→ Saved entries:
..........
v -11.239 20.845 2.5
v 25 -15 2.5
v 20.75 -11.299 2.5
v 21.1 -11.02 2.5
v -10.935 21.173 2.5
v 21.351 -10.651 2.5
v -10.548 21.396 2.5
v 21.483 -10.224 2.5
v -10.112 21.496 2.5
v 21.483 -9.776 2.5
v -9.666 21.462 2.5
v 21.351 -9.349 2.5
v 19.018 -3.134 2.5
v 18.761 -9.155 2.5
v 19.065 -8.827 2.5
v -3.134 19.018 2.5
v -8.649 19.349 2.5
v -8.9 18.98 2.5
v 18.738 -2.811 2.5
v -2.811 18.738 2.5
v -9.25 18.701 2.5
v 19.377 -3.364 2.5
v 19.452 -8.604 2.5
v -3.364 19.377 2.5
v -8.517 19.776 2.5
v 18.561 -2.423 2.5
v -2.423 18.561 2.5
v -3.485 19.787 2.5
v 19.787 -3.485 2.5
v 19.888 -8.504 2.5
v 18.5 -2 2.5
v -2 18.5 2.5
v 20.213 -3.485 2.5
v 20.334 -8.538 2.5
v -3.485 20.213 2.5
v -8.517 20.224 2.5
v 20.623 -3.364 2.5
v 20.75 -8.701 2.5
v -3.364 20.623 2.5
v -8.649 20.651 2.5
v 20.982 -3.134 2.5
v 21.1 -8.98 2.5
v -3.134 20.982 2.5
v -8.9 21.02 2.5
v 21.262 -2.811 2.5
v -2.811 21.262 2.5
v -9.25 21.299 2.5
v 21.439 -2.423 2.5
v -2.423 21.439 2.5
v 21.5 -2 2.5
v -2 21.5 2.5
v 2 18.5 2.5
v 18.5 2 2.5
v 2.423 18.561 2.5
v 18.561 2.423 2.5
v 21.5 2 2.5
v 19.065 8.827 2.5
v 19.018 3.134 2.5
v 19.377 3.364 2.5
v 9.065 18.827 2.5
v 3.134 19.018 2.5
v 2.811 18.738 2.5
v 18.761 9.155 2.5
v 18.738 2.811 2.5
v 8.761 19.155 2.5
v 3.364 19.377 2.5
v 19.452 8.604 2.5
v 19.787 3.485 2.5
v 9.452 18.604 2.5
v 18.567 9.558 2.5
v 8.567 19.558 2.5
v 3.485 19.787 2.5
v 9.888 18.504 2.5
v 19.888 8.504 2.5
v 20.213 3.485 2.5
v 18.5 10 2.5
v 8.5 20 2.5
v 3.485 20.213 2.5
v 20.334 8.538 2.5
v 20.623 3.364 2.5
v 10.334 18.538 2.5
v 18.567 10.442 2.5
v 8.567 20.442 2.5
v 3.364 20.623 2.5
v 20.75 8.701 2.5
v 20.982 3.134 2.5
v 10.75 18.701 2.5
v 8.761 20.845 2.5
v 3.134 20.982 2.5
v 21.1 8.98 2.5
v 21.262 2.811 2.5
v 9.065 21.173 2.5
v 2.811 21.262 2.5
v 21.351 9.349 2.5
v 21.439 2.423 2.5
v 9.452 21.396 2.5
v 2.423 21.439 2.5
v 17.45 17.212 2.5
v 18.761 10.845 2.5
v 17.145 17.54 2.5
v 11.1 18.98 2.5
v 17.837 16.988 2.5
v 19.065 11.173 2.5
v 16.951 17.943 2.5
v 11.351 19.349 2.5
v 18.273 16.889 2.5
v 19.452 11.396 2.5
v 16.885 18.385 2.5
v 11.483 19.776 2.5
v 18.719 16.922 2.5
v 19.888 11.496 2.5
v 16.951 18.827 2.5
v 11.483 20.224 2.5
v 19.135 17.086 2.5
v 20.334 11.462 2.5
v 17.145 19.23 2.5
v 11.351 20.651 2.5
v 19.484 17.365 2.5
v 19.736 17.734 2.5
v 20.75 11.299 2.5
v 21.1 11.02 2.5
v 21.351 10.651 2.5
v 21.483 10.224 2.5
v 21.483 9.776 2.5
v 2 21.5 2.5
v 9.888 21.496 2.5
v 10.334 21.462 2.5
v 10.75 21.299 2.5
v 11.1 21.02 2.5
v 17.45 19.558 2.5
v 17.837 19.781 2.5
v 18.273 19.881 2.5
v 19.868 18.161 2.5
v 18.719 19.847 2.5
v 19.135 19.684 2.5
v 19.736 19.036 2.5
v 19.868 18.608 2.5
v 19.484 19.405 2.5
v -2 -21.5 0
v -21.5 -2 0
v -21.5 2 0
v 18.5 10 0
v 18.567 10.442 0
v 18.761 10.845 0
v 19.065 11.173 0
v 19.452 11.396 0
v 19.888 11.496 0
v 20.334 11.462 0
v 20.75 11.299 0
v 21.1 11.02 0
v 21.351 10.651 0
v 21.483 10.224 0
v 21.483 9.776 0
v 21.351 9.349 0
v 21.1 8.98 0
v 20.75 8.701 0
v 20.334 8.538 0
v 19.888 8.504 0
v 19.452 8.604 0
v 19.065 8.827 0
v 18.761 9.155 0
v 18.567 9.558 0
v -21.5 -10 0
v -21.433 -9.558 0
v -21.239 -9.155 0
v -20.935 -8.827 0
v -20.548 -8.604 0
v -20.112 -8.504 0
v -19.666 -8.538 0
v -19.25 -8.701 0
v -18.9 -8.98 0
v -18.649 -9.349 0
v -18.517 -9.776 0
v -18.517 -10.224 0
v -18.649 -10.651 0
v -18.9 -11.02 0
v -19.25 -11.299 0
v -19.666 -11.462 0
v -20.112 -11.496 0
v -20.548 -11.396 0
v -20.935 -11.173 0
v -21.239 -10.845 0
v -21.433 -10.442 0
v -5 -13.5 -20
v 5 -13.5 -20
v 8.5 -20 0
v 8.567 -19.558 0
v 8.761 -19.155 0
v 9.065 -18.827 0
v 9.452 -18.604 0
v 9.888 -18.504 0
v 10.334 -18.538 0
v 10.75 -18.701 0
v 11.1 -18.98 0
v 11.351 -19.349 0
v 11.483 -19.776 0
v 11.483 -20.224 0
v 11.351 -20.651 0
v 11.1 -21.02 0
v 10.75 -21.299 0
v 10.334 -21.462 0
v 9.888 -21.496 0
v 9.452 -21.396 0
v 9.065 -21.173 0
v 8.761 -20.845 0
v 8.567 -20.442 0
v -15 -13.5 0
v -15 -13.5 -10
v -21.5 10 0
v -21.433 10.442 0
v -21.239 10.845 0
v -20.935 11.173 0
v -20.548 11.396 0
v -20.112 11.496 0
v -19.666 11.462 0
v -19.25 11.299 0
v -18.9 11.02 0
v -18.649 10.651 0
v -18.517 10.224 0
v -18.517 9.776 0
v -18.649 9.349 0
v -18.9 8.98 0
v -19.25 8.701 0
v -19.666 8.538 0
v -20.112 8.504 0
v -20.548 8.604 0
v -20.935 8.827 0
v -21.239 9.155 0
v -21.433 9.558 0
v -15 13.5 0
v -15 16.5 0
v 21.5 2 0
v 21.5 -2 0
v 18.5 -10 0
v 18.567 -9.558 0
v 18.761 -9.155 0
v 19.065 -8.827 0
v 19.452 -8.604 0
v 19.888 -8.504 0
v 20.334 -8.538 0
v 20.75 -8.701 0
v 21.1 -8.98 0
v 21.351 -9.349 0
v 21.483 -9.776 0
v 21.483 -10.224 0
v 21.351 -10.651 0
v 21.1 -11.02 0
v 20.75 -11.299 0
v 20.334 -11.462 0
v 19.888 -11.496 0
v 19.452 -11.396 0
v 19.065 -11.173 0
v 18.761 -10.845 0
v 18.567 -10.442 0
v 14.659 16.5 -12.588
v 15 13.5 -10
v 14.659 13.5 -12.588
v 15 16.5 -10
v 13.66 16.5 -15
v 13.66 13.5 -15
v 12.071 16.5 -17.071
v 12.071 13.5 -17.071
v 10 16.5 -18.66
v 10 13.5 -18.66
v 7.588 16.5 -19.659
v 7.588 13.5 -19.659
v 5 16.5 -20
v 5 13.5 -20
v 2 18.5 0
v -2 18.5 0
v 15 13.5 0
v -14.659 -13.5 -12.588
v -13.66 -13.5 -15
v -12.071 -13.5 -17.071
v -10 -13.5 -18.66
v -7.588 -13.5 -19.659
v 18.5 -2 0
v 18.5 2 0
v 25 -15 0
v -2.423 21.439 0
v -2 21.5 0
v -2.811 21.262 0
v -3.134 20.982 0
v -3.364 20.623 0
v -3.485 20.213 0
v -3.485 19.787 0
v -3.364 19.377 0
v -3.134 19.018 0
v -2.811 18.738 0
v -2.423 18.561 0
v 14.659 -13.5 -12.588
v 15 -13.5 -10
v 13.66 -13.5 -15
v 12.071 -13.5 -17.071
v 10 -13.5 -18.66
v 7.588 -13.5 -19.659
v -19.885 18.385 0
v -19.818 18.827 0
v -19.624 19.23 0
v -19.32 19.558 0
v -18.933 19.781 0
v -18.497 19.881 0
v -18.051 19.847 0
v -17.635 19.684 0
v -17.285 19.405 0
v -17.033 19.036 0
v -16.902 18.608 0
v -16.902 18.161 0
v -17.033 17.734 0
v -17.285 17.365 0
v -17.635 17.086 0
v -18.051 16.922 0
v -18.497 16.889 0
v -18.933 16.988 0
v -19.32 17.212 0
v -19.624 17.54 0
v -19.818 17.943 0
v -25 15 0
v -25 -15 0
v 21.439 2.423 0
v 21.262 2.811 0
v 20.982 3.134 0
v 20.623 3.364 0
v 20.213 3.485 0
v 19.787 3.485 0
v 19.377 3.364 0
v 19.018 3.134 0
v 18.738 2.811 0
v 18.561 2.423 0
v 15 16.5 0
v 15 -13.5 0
..........
→ WORK REQUIRED: Each line in the entries above, starting at the line with "v 21.262 -2.811 2.5" and ending at the line with "v 2.811 21.262 2.5", is to be printed exactly, and only those lines.

→ COMPLETED EXERCISE:
v 21.262 -2.811 2.5
v -2.811 21.262 2.5
v -9.25 21.299 2.5
v 21.439 -2.423 2.5
v -2.423 21.439 2.5
v 21.5 -2 2.5
v -2 21.5 2.5
v 2 18.5 2.5
v 18.5 2 2.5
v 2.423 18.561 2.5
v 18.561 2.423 2.5
v 21.5 2 2.5
v 19.065 8.827 2.5
v 19.018 3.134 2.5
v 19.377 3.364 2.5
v 9.065 18.827 2.5
v 3.134 19.018 2.5
v 2.811 18.738 2.5
v 18.761 9.155 2.5
v 18.738 2.811 2.5
v 8.761 19.155 2.5
v 3.364 19.377 2.5
v 19.452 8.604 2.5
v 19.787 3.485 2.5
v 9.452 18.604 2.5
v 18.567 9.558 2.5
v 8.567 19.558 2.5
v 3.485 19.787 2.5
v 9.888 18.504 2.5
v 19.888 8.504 2.5
v 20.213 3.485 2.5
v 18.5 10 2.5
v 8.5 20 2.5
v 3.485 20.213 2.5
v 20.334 8.538 2.5
v 20.623 3.364 2.5
v 10.334 18.538 2.5
v 18.567 10.442 2.5
v 8.567 20.442 2.5
v 3.364 20.623 2.5
v 20.75 8.701 2.5
v 20.982 3.134 2.5
v 10.75 18.701 2.5
v 8.761 20.845 2.5
v 3.134 20.982 2.5
v 21.1 8.98 2.5
v 21.262 2.811 2.5
v 9.065 21.173 2.5
v 2.811 21.262 2.5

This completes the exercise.